### Prompt
Give again, word for word, each line below starting at the one that contains "#129=ORIENTED_EDGE('',*,*,#51,.T.);" and ending at the one that contains "#152=EDGE_CURVE('',#148,#70,#151,.T.);".

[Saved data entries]

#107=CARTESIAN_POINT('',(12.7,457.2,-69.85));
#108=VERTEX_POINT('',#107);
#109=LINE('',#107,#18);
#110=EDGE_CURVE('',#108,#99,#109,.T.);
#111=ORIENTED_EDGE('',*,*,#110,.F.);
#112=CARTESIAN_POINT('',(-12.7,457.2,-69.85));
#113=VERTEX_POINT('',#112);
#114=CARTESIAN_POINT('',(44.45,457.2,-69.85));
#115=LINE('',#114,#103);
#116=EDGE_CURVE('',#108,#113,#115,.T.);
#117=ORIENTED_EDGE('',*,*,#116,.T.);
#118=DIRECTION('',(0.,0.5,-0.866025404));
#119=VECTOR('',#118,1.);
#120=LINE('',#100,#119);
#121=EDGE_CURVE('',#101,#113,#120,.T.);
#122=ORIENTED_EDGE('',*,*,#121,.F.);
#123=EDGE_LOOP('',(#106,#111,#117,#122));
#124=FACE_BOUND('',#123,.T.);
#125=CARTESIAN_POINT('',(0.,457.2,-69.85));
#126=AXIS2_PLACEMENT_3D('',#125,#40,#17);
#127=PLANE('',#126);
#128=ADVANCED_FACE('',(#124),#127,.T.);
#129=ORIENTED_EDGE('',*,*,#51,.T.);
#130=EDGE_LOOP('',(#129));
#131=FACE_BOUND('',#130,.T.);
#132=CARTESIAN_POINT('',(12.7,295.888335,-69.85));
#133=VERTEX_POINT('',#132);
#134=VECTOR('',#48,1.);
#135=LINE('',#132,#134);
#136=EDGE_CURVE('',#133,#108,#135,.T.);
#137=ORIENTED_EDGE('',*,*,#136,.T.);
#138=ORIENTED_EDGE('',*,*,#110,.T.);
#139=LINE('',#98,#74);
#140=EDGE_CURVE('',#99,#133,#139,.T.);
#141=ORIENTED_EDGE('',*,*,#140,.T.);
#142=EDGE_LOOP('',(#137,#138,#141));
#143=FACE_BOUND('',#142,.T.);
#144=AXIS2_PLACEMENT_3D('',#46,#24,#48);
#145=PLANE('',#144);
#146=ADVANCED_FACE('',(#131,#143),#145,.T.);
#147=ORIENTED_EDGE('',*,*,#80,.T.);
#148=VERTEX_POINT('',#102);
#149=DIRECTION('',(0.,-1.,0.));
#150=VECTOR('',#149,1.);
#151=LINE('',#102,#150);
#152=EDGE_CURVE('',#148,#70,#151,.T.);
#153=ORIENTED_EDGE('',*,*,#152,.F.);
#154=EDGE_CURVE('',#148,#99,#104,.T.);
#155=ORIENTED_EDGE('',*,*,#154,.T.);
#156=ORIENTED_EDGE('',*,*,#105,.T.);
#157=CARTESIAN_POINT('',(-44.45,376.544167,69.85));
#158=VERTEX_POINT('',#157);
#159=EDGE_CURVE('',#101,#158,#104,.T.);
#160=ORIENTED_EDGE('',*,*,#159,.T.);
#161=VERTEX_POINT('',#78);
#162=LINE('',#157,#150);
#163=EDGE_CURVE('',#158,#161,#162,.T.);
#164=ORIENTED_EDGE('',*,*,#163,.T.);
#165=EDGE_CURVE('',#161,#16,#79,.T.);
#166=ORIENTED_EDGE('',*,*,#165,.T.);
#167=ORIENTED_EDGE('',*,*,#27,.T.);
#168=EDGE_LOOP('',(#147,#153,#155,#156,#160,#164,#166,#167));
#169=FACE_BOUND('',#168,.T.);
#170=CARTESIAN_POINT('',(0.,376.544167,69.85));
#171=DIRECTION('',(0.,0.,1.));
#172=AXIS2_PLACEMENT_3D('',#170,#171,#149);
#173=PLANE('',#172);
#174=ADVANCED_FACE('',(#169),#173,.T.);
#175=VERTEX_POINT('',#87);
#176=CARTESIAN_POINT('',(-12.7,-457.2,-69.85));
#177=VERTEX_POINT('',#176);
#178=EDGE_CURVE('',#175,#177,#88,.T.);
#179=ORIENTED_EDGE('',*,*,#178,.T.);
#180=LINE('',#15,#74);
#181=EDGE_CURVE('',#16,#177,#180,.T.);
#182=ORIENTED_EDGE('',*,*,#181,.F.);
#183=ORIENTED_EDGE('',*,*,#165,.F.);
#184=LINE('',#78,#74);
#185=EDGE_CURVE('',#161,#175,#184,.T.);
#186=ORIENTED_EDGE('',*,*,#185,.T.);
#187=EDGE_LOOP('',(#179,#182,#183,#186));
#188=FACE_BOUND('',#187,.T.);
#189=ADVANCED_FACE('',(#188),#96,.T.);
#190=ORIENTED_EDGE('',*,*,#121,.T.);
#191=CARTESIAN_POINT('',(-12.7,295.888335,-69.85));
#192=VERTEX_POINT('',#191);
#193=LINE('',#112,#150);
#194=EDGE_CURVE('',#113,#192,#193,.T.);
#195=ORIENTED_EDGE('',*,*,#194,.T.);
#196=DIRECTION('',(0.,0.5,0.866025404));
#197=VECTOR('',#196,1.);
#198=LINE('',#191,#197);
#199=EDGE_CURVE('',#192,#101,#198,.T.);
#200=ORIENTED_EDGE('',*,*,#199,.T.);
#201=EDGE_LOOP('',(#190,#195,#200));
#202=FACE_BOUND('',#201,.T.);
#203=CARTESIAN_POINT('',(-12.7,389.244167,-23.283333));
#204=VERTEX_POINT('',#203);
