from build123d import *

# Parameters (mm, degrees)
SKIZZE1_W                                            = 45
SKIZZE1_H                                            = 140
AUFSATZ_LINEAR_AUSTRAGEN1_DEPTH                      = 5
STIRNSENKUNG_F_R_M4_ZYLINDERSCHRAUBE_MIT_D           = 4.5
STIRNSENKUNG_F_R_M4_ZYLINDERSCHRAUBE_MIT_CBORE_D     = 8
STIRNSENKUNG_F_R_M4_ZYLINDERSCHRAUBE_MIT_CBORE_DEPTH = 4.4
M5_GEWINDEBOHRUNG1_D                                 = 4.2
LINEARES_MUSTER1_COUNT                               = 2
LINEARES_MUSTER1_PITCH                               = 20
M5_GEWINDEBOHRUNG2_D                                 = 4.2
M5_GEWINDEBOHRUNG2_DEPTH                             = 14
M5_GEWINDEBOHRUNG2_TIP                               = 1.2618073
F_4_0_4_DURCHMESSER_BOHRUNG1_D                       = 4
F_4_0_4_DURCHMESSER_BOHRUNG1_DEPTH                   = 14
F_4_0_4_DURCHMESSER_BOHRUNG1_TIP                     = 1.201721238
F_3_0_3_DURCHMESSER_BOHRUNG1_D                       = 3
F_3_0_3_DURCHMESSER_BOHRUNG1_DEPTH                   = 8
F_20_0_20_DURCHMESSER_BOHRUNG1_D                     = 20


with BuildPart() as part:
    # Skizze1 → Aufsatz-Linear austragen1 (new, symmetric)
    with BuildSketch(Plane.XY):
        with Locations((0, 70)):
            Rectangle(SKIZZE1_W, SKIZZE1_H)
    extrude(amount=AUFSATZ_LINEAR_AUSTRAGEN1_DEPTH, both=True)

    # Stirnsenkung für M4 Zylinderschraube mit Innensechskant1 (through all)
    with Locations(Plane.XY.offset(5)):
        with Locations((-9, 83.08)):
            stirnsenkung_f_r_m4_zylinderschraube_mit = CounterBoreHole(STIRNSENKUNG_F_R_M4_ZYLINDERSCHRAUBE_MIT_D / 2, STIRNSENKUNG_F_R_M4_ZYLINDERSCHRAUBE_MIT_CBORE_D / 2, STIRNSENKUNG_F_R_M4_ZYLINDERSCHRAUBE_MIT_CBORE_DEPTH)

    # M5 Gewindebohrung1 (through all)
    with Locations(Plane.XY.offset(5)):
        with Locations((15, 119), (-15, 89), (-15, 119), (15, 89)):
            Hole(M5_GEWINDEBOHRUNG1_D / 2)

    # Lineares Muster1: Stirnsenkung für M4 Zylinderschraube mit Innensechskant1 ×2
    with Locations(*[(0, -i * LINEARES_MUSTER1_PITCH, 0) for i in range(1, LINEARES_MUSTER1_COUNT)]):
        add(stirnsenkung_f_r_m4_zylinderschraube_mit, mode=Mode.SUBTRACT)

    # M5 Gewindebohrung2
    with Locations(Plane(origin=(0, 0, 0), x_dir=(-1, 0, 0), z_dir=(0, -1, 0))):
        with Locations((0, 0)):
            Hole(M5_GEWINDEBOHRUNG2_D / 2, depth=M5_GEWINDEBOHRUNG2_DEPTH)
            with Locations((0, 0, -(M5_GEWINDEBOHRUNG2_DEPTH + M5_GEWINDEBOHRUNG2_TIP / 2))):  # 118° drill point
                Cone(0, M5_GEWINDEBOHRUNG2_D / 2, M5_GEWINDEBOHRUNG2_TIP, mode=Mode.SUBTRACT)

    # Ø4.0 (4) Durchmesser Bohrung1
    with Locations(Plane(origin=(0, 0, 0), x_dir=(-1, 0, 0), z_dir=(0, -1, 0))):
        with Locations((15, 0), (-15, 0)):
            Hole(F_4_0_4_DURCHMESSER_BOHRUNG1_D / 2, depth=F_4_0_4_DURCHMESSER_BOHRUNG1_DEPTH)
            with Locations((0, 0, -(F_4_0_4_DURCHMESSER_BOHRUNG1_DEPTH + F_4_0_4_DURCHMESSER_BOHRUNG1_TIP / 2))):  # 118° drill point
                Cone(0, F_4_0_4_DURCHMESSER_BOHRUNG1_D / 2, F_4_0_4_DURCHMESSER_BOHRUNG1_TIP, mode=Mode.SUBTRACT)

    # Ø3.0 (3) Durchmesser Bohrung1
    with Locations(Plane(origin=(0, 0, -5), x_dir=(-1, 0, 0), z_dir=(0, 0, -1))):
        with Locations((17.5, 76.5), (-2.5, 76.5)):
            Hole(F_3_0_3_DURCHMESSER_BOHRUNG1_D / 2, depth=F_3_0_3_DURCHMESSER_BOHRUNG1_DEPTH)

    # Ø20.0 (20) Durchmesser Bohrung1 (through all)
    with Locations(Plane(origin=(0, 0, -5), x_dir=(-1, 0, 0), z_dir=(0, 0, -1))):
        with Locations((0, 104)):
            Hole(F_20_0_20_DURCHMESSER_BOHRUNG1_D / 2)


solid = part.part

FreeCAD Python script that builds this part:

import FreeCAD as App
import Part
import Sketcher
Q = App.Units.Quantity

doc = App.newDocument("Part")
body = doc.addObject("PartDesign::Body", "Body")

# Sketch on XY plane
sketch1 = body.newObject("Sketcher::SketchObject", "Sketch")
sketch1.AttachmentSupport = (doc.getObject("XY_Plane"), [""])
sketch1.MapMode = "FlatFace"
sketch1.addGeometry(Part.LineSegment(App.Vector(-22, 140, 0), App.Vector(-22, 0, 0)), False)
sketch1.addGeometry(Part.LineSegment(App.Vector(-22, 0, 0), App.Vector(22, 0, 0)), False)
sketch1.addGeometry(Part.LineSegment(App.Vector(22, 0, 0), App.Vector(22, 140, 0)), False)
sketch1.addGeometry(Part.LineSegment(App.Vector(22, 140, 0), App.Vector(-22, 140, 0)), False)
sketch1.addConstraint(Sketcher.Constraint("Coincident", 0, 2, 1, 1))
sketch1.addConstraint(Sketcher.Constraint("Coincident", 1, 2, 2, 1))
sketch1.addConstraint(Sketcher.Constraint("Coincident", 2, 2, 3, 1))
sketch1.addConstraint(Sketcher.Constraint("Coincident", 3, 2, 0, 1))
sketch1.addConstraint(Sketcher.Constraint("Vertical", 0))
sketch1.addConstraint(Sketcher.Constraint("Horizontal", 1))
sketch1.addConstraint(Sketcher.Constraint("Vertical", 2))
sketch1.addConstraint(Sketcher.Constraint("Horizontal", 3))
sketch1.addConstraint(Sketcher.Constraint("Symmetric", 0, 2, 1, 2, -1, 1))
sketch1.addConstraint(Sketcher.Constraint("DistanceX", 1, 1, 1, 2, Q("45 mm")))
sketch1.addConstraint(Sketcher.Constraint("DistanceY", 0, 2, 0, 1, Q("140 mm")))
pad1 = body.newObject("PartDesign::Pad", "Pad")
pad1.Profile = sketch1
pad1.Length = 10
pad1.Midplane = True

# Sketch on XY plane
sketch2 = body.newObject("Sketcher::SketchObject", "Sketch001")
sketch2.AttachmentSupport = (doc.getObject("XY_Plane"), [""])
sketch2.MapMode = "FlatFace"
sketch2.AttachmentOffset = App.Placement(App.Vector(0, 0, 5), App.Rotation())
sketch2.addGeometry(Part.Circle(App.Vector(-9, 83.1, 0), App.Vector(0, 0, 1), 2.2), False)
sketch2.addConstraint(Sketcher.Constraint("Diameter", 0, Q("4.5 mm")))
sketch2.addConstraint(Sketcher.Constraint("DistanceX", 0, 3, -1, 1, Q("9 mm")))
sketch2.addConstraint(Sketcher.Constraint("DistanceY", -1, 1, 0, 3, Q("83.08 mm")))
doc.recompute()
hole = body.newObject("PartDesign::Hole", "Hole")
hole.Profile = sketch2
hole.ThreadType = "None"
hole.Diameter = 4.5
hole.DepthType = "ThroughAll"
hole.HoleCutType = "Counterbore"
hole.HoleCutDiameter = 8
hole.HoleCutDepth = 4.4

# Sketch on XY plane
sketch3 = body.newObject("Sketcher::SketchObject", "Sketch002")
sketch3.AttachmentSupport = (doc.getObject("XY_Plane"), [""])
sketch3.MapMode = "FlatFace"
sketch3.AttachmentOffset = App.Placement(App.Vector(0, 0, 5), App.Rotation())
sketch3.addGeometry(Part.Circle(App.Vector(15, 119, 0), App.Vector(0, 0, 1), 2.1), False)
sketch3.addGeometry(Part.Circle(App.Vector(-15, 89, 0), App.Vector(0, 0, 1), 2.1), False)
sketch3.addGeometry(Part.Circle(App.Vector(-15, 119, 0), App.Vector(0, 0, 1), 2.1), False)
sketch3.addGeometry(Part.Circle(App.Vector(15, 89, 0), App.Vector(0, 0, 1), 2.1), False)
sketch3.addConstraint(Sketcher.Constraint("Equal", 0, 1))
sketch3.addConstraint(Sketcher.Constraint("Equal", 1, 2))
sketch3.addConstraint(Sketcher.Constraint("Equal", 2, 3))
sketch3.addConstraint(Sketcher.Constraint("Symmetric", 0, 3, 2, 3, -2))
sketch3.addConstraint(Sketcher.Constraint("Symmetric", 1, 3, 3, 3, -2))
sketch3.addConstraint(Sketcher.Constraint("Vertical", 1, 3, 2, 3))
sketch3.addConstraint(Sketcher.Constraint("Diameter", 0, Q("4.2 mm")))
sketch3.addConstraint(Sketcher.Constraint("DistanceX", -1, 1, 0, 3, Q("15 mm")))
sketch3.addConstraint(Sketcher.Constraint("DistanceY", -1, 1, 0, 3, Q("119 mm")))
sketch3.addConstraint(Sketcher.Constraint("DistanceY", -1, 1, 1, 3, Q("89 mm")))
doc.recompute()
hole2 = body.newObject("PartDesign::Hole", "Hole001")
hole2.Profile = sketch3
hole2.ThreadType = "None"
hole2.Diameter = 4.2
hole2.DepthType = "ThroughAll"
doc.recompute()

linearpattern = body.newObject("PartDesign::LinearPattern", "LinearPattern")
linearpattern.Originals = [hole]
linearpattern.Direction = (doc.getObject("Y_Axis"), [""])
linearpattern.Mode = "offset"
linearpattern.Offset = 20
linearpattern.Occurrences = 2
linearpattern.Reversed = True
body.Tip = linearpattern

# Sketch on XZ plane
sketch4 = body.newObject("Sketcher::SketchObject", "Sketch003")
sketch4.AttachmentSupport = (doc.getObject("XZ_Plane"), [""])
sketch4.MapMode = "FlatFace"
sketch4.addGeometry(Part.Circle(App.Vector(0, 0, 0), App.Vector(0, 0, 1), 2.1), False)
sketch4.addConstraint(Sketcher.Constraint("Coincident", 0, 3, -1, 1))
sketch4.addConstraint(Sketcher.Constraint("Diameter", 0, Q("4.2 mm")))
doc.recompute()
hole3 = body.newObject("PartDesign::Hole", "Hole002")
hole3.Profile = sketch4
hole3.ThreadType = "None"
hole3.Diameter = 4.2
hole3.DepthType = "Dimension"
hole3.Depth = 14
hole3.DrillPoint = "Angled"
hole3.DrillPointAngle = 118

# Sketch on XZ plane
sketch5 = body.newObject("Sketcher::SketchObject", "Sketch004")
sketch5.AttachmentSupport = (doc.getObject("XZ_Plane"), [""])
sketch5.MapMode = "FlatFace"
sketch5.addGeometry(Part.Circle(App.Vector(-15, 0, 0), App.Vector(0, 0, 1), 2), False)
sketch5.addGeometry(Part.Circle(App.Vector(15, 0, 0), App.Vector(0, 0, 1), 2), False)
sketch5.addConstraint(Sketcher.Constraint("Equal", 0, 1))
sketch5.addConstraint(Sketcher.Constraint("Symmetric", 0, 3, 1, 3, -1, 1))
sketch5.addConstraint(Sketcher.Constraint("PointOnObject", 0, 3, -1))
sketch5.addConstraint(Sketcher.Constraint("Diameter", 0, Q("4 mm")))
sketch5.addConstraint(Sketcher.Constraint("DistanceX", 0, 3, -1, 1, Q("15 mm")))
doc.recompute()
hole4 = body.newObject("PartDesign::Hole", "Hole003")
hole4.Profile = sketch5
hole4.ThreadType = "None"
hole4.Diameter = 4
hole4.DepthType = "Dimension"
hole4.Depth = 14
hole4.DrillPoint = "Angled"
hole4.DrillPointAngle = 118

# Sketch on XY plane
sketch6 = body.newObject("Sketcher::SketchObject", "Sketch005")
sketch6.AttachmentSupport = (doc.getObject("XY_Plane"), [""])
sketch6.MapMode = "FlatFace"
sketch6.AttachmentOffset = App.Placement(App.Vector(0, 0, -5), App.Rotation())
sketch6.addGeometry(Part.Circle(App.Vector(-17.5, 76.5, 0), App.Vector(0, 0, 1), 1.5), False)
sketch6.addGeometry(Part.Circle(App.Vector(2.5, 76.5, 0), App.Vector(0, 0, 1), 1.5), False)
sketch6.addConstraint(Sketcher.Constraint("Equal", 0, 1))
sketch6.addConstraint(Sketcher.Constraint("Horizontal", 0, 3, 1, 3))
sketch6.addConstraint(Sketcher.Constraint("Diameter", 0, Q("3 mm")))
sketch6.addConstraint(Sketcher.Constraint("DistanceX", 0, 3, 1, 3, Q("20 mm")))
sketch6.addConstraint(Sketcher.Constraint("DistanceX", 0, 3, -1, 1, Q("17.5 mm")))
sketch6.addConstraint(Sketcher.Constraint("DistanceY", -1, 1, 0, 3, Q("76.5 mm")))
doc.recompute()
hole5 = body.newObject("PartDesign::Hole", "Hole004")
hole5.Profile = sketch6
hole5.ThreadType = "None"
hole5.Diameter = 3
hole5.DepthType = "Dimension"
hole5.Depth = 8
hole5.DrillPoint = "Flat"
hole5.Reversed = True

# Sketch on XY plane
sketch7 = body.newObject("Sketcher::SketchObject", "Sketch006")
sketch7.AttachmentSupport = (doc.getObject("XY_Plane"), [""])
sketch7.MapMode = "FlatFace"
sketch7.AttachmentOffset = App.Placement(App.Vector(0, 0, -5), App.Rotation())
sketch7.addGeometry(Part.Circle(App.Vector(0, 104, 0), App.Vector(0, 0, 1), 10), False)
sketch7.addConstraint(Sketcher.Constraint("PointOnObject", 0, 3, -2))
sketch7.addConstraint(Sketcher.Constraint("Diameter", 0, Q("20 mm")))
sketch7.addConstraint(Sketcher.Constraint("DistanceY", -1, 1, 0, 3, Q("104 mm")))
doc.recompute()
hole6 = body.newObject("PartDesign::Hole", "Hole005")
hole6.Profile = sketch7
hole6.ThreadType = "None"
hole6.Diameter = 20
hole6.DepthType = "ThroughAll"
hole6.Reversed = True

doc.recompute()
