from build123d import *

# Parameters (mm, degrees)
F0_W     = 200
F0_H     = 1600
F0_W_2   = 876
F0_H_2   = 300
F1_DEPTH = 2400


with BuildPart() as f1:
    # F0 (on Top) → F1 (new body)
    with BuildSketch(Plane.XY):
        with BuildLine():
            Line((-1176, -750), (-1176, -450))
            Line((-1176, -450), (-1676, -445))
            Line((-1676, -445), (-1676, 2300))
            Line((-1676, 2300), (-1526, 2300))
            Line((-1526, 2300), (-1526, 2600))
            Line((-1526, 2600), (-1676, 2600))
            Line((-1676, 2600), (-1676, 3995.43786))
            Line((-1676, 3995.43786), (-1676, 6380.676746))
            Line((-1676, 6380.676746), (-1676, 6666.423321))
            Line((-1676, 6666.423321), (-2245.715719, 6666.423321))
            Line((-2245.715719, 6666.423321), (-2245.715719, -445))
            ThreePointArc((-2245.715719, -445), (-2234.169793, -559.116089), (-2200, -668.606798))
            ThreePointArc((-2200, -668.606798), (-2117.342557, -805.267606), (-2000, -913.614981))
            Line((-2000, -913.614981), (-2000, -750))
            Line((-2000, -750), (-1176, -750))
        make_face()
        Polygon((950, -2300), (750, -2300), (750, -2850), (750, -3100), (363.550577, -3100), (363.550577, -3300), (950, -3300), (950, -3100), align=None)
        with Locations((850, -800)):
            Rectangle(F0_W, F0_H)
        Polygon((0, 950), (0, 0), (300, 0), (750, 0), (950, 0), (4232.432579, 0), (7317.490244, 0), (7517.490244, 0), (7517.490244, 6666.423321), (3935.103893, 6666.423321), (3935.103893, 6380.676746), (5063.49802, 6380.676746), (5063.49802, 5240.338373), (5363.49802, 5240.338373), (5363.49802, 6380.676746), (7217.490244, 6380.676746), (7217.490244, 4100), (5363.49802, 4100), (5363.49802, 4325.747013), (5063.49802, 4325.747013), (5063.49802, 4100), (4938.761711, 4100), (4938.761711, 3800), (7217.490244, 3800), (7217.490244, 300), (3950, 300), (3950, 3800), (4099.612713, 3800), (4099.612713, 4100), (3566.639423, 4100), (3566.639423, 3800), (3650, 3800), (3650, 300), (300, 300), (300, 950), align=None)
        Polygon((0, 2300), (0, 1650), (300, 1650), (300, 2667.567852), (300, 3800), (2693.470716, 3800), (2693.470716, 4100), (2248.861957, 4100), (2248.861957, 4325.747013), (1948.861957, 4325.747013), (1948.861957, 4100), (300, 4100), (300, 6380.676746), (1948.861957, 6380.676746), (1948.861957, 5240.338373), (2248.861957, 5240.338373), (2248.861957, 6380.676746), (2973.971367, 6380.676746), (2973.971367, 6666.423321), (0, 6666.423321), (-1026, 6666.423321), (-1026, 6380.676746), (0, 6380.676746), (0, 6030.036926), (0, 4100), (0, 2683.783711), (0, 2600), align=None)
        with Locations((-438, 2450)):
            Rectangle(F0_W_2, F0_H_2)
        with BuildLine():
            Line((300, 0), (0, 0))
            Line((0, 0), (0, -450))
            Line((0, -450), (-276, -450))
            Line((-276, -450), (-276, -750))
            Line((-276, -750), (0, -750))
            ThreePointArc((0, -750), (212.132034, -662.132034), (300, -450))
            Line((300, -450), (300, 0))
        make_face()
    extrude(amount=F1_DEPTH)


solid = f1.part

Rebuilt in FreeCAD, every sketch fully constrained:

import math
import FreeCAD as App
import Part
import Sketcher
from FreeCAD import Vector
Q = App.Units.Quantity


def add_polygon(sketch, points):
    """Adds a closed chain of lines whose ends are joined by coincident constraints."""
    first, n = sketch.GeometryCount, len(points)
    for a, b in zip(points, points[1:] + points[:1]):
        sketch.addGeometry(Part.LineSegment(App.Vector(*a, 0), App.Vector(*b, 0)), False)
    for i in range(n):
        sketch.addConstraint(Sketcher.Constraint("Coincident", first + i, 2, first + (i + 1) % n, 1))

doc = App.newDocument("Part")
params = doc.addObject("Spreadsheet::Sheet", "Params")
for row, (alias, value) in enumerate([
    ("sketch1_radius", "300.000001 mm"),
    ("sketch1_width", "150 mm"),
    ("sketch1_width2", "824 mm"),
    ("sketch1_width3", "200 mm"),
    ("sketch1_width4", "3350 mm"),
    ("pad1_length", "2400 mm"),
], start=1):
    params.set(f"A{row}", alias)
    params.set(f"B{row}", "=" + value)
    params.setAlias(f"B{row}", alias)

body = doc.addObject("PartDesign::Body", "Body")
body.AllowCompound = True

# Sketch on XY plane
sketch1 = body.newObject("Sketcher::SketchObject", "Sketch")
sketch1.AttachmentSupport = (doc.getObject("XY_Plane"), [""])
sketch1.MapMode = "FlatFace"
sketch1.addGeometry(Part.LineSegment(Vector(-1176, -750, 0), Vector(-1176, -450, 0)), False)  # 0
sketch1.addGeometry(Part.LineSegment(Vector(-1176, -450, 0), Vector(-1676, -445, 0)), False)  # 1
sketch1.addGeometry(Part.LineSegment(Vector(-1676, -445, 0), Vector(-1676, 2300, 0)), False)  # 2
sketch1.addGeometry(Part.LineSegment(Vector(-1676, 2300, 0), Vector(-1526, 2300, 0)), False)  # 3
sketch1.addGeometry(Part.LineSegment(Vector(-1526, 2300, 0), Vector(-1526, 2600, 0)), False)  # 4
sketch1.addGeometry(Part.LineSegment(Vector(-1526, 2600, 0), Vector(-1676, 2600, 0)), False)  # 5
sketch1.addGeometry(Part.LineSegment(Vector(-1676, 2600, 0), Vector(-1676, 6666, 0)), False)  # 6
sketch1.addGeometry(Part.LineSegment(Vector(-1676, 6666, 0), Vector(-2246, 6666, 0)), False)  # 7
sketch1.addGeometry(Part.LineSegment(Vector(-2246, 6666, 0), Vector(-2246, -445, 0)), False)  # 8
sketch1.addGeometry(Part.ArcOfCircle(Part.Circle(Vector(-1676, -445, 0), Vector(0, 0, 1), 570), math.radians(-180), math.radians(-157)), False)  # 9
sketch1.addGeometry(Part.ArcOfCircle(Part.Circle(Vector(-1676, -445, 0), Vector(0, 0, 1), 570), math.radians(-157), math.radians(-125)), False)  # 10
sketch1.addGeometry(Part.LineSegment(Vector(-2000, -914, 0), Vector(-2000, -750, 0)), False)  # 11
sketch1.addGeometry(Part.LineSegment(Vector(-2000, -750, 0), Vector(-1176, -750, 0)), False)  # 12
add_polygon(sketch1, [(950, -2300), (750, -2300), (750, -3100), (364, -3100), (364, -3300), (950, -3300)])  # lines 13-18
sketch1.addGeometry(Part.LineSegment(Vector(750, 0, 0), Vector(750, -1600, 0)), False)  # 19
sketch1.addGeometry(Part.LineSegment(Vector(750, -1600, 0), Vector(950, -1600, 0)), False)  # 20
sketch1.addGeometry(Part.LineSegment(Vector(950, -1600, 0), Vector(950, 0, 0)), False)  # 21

### Result of this task
#129=ORIENTED_EDGE('',*,*,#51,.T.);
#130=EDGE_LOOP('',(#129));
#131=FACE_BOUND('',#130,.T.);
#132=CARTESIAN_POINT('',(12.7,295.888335,-69.85));
#133=VERTEX_POINT('',#132);
#134=VECTOR('',#48,1.);
#135=LINE('',#132,#134);
#136=EDGE_CURVE('',#133,#108,#135,.T.);
#137=ORIENTED_EDGE('',*,*,#136,.T.);
#138=ORIENTED_EDGE('',*,*,#110,.T.);
#139=LINE('',#98,#74);
#140=EDGE_CURVE('',#99,#133,#139,.T.);
#141=ORIENTED_EDGE('',*,*,#140,.T.);
#142=EDGE_LOOP('',(#137,#138,#141));
#143=FACE_BOUND('',#142,.T.);
#144=AXIS2_PLACEMENT_3D('',#46,#24,#48);
#145=PLANE('',#144);
#146=ADVANCED_FACE('',(#131,#143),#145,.T.);
#147=ORIENTED_EDGE('',*,*,#80,.T.);
#148=VERTEX_POINT('',#102);
#149=DIRECTION('',(0.,-1.,0.));
#150=VECTOR('',#149,1.);
#151=LINE('',#102,#150);
#152=EDGE_CURVE('',#148,#70,#151,.T.);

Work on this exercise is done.